The Siberian Times
- Type: Online newspaper
- Editor: Svetlana Skarbo
- Founded: 12 July 2012
- Ceased publication: 1 April 2024
- Language: English
- City: Novosibirsk
- Country: Russia

= The Siberian Times =

Russian online newspaper in English

The Siberian Times was an English-language online newspaper founded on 12 July 2012 in Novosibirsk, Russia. According to the editor of the website, Svetlana Skarbo, their aim is to challenge stereotypes about Siberia, which she believed were "negative and out of date".

== History ==
The Siberian Times described their organisation as a "major new source of news, features and opinions from Russia's largest region", with news articles produced by both Russian and Western journalists, alongside researchers.

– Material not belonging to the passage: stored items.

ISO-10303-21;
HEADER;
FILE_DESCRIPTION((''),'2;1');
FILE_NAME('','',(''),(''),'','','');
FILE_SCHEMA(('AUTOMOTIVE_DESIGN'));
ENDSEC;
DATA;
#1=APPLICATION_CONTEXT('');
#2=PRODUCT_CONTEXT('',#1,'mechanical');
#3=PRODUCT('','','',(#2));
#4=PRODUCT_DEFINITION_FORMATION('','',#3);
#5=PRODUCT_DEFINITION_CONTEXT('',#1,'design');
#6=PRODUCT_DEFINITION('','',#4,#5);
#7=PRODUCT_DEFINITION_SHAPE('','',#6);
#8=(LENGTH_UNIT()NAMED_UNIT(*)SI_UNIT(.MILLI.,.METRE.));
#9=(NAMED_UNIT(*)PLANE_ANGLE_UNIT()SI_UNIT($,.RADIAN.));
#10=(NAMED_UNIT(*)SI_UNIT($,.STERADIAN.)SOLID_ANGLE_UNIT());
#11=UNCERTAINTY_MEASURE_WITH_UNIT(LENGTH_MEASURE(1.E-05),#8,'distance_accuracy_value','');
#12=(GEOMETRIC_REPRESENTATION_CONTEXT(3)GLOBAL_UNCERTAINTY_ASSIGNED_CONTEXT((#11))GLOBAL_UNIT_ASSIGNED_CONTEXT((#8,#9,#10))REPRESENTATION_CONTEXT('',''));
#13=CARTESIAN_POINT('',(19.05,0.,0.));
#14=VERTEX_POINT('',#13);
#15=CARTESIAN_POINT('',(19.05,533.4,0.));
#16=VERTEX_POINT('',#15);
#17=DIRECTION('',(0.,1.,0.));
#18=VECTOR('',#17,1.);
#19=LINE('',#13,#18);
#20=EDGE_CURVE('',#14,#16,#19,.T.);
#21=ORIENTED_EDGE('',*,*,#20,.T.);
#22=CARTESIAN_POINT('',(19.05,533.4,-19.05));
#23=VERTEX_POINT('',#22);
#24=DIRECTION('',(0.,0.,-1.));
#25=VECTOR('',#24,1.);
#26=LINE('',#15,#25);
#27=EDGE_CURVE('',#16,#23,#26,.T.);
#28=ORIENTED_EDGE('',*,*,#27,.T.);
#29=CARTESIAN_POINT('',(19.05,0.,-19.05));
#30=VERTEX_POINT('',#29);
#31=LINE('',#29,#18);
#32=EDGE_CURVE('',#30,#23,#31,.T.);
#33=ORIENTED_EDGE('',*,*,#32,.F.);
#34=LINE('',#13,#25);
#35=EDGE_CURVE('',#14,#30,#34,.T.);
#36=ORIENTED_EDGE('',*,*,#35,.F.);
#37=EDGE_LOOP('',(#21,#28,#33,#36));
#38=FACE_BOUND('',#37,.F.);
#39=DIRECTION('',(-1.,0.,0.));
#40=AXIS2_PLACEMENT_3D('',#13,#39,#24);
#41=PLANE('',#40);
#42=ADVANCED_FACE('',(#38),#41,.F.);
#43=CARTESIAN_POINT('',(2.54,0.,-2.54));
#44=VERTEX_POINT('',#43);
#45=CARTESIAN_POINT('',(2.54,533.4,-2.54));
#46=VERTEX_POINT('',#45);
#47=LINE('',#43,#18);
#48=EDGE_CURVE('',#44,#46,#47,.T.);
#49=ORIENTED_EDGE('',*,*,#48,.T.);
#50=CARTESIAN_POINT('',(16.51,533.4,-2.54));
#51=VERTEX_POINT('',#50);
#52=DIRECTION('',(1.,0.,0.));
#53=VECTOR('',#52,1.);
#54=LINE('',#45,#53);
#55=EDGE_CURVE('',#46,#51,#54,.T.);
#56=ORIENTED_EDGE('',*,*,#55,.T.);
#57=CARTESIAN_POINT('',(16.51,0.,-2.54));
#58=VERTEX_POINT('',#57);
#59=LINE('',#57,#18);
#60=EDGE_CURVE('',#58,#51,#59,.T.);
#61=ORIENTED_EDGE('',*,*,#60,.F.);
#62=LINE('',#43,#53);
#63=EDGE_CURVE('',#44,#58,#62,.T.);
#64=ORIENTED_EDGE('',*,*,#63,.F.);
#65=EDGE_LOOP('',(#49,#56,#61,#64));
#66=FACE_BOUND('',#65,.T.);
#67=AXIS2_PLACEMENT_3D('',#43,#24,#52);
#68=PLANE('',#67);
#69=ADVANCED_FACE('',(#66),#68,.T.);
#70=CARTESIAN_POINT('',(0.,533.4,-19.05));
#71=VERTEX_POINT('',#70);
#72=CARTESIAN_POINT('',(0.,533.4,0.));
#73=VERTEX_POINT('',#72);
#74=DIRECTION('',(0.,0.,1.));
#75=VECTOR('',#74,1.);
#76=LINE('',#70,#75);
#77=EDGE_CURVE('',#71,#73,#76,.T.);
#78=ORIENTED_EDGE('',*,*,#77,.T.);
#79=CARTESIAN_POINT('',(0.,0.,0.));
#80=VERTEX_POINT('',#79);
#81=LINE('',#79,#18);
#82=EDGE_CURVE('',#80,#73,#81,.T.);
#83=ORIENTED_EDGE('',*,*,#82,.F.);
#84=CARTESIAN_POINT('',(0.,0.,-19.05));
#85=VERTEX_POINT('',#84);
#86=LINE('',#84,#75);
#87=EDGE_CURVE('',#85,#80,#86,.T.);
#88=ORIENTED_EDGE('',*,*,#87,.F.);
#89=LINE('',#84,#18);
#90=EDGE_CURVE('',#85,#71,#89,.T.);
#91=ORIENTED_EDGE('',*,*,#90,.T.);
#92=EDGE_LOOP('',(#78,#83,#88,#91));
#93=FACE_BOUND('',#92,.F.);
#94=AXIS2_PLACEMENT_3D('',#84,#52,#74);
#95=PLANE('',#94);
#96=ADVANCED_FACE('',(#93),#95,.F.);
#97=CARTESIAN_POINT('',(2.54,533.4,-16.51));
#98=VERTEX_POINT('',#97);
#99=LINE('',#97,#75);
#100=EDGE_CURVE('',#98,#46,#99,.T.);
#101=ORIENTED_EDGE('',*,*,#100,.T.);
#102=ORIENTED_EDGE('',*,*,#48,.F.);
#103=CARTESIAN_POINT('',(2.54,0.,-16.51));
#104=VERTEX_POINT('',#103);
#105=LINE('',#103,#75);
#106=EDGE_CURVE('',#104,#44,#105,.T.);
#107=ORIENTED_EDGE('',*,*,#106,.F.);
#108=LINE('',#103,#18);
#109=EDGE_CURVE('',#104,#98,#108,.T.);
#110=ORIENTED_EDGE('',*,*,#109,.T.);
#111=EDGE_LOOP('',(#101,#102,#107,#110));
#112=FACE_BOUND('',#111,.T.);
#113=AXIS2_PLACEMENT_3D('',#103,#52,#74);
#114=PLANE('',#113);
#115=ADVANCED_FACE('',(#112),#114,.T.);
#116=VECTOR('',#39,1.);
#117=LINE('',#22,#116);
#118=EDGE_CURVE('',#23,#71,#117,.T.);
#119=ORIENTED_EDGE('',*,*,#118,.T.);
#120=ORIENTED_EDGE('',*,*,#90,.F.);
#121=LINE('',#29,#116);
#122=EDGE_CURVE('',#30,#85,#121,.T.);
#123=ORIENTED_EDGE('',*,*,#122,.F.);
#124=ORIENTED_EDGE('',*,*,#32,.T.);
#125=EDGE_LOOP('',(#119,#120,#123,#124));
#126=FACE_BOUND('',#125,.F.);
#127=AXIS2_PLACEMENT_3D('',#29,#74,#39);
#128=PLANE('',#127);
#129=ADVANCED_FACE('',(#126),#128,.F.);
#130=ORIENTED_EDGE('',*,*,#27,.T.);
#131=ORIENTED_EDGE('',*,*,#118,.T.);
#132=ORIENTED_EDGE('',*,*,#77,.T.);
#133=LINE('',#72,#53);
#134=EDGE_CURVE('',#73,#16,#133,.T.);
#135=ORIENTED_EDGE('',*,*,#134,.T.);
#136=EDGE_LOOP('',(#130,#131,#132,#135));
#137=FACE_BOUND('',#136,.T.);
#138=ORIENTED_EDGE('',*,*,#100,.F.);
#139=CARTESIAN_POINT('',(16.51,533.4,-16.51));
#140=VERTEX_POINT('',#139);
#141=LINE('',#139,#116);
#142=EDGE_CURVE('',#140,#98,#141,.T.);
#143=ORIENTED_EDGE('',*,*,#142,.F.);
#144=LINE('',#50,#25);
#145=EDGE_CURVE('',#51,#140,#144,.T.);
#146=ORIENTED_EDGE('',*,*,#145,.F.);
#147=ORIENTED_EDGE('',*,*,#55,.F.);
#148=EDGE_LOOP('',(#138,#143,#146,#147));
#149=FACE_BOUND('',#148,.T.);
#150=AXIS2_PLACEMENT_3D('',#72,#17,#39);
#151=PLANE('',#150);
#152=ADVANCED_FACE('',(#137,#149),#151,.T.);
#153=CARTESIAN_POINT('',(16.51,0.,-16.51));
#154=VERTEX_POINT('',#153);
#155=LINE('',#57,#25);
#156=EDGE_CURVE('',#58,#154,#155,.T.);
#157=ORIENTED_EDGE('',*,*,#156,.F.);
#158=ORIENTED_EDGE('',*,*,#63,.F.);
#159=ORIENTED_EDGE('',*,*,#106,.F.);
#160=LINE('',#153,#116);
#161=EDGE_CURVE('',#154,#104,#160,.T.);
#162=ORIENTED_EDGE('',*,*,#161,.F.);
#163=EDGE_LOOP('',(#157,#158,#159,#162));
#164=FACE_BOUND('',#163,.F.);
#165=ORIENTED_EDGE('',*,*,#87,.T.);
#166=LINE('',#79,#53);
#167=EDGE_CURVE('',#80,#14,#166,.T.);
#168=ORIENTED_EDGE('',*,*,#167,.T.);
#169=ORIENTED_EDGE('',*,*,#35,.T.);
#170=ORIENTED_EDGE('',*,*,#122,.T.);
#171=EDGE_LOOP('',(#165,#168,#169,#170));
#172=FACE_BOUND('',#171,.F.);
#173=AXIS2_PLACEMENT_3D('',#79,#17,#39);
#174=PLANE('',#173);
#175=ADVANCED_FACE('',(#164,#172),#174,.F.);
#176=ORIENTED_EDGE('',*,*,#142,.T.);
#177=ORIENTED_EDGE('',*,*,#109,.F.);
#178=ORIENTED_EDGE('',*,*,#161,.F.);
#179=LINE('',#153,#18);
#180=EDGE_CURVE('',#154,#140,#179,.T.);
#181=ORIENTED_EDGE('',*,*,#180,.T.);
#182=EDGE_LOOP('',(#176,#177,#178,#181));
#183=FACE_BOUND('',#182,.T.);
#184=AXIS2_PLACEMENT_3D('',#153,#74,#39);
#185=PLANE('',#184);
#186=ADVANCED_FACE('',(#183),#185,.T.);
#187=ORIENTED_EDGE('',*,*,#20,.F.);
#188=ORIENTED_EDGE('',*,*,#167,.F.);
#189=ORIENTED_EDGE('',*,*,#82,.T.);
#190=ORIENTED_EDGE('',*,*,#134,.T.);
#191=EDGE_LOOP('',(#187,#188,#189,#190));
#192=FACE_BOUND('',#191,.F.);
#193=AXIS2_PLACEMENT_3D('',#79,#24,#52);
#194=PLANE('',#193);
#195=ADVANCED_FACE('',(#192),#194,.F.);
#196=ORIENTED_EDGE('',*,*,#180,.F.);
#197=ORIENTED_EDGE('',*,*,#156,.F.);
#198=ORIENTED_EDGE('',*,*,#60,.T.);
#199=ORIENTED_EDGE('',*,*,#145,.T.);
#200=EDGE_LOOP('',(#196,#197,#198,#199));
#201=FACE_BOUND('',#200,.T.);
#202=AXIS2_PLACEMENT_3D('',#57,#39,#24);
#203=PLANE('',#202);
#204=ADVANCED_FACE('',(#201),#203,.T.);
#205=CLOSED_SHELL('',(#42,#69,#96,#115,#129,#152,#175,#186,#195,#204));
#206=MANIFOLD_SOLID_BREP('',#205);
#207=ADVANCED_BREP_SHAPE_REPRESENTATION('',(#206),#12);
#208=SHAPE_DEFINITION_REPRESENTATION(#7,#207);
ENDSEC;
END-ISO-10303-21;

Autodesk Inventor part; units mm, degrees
ref_plane "YZ Plane" through (0, 0, 0) normal (1, 0, 0) x (0, 1, 0)
ref_plane "XZ Plane" through (0, 0, 0) normal (0, 1, 0) x (-1, 0, 0)
ref_plane "XY Plane" through (0, 0, 0) normal (0, 0, 1) x (1, 0, 0)
sketch "Sketch1" plane through (0, 0, 0) normal (0, 1, 0) x (-1, 0, 0)
  line L0 (0, 0) -> (-19.05, 0)
  line L1 (-19.05, 0) -> (-19.05, -19.05)
  line L2 (-19.05, -19.05) -> (0, -19.05)
  line L3 (0, -19.05) -> (0, 0)
  line L4 (-2.54, -2.54) -> (-16.51, -2.54)
  line L5 (-16.51, -2.54) -> (-16.51, -16.51)
  line L6 (-16.51, -16.51) -> (-2.54, -16.51)
  line L7 (-2.54, -16.51) -> (-2.54, -2.54)
  dimension "d0" = 19.05
  dimension "d1" = 19.05
  dimension "d2" = 2.54
extrude "Extrusion1" add sketch "Sketch1" along normal blind 533.4
properties part number "Aluminum channel (Electrical pannel mount)"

Mashable once described The Siberian Timess reporting as "allegedly real with a bit of hyperbole/Siberian fan fiction thrown in — just as it should be". Meduza found that the site was run by an individual named Will Stewart who employed freelancers to rewrite tabloid stories from Russian media outlets.

Nevertheless, some of The Siberian Timess articles have garnered the attention of Western media outlets, such as an article about frozen worms becoming reanimated following the thawing of permafrost. This story was reported by Smithsonian, although a separate claim was made by the academic journal Doklady Biological Sciences.

Other Siberian Times stories have been picked up by Radio Free Europe/Radio Liberty, The Daily Telegraph, The Independent and Business Insider.

According to the Wayback Machine's records, The Siberian Times has ceased operation on 1 April 2024.